Queensland Police Deputy Commissioner Steve Gollschewski and NSW Cross Border Commissioner James McTavish were in deep discussions over “arrangements in northern NSW and the border community” on Thursday.
An indication of what the border bubble will look like, if any, could be known as early as Friday.
Gold Coast Mayor Tom Tate and his Tweed colleague Chris Cherry called for the border bubble to be re-established, saying residents and businesses were desperate.
“It is now time to end this madness and re-establish the border bubble,” Cr Tate said.

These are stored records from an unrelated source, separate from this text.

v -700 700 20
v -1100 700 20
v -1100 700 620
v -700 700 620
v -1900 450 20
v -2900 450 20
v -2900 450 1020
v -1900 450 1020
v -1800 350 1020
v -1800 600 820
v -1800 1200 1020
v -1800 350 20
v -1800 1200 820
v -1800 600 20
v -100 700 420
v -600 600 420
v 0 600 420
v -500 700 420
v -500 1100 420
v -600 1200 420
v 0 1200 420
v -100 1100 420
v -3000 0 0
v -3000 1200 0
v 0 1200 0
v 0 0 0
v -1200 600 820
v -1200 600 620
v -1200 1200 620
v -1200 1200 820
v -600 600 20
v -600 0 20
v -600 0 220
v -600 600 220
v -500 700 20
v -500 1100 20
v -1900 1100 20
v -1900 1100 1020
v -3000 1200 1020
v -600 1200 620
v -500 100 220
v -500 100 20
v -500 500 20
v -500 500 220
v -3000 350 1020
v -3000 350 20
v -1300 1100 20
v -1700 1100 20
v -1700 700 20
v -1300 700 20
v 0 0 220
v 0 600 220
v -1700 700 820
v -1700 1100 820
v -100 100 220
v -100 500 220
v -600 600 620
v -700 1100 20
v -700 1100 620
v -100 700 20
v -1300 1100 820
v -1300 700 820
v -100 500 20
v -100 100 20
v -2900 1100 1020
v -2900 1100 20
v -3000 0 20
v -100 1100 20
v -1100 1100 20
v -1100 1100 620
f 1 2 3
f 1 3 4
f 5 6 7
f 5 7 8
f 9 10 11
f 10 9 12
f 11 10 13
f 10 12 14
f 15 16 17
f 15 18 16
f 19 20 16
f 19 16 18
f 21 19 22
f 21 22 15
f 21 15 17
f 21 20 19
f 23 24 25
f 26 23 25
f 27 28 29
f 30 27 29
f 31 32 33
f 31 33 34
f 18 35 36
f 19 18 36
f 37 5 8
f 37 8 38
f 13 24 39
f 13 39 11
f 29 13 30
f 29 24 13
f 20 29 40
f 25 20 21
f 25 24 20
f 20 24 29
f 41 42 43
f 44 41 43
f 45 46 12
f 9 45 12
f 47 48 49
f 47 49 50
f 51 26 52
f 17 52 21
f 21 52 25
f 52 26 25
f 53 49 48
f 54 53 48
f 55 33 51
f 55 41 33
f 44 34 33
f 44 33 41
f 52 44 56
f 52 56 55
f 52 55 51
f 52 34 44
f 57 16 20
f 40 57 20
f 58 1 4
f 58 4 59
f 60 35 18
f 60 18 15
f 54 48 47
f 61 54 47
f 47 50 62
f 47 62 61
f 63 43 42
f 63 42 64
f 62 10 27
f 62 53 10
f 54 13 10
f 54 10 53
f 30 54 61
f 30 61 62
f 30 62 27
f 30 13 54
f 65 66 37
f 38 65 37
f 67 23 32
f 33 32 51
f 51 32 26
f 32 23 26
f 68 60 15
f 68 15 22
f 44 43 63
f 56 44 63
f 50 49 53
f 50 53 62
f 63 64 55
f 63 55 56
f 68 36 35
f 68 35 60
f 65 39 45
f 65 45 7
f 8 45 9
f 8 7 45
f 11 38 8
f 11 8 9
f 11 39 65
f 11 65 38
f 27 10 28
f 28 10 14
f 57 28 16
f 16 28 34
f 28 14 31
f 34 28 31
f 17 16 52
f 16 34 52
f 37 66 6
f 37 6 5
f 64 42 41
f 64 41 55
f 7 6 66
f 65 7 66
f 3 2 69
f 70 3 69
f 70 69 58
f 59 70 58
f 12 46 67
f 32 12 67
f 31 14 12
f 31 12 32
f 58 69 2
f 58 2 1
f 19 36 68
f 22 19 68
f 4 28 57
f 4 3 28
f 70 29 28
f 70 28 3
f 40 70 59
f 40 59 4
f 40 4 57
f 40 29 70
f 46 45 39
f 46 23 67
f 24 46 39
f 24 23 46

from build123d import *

# Parameters (mm, degrees)
F1_DEPTH  = 20
F2_W      = 600
F2_H      = 600
F2_W_2    = 400
F2_H_2    = 400
F3_DEPTH  = 400
F4_W      = 600
F4_H      = 600
F4_W_2    = 400
F4_H_2    = 400
F5_DEPTH  = 600
F6_W      = 600
F6_H      = 600
F6_W_2    = 400
F6_H_2    = 400
F7_DEPTH  = 800
F8_W      = 1200
F8_H      = 850
F8_W_2    = 1000
F8_H_2    = 650
F9_DEPTH  = 1000
F10_W     = 600
F10_H     = 600
F10_W_2   = 400
F10_H_2   = 400
F11_DEPTH = 200


with BuildPart() as f1:
    # F0 (on Top) → F1 (new body)
    with BuildSketch(Plane.XY):
        Polygon((-2563.636364, 0), (0, 0), (0, 1200), (-3000, 1200), (-3000, 0), align=None)
    extrude(amount=F1_DEPTH)

    # F2 (on face) → F3 (join)
    with BuildSketch(Plane.XY.offset(20)):
        with Locations((-300, 900)):
            Rectangle(F2_W, F2_H)
        with Locations((-300, 900)):
            Rectangle(F2_W_2, F2_H_2, mode=Mode.SUBTRACT)
    extrude(amount=F3_DEPTH)

    # F4 (on face) → F5 (join)
    with BuildSketch(Plane.XY.offset(20)):
        with Locations((-900, 900)):
            Rectangle(F4_W, F4_H)
        with Locations((-900, 900)):
            Rectangle(F4_W_2, F4_H_2, mode=Mode.SUBTRACT)
    extrude(amount=F5_DEPTH)

    # F6 (on face) → F7 (join)
    with BuildSketch(Plane.XY.offset(20)):
        with Locations((-1500, 900)):
            Rectangle(F6_W, F6_H)
        with Locations((-1500, 900)):
            Rectangle(F6_W_2, F6_H_2, mode=Mode.SUBTRACT)
    extrude(amount=F7_DEPTH)

    # F8 (on face) → F9 (join)
    with BuildSketch(Plane.XY.offset(20)):
        with Locations((-2400, 775)):
            Rectangle(F8_W, F8_H)
        with Locations((-2400, 775)):
            Rectangle(F8_W_2, F8_H_2, mode=Mode.SUBTRACT)
    extrude(amount=F9_DEPTH)

    # F10 (on face) → F11 (join)
    with BuildSketch(Plane.XY.offset(20)):
        with Locations((-300, 300)):
            Rectangle(F10_W, F10_H)
        with Locations((-300, 300)):
            Rectangle(F10_W_2, F10_H_2, mode=Mode.SUBTRACT)
    extrude(amount=F11_DEPTH)


solid = f1.part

“We all accept that Sydney residents can’t cross into Queensland for now but the bubble would save millions of dollars in lost productivity, save family breakdowns and give the Tweed-Coolangatta people some hope.”
Cr Cherry said hundreds of Tweed children went to school on the Gold Coast and vice versa but would not be able to return to school on Monday unless restrictions ease.
Tweed catering business owner Alisha Marshall said she had to meet a Gold Coast-based employee every day at the border to deliver food for her Deluxe Grazing business.
“We need the bubble back so badly so we can get back to a little bit of a normal life. Surely someone will think of us and do something,” she said
A total of 54.84 per cent of Queenslanders aged 16 and older had received at least one dose of the Covid-19 jab as of September 8, with Premier Annastacia Palaszczuk pushing for people to book in for their vaccine.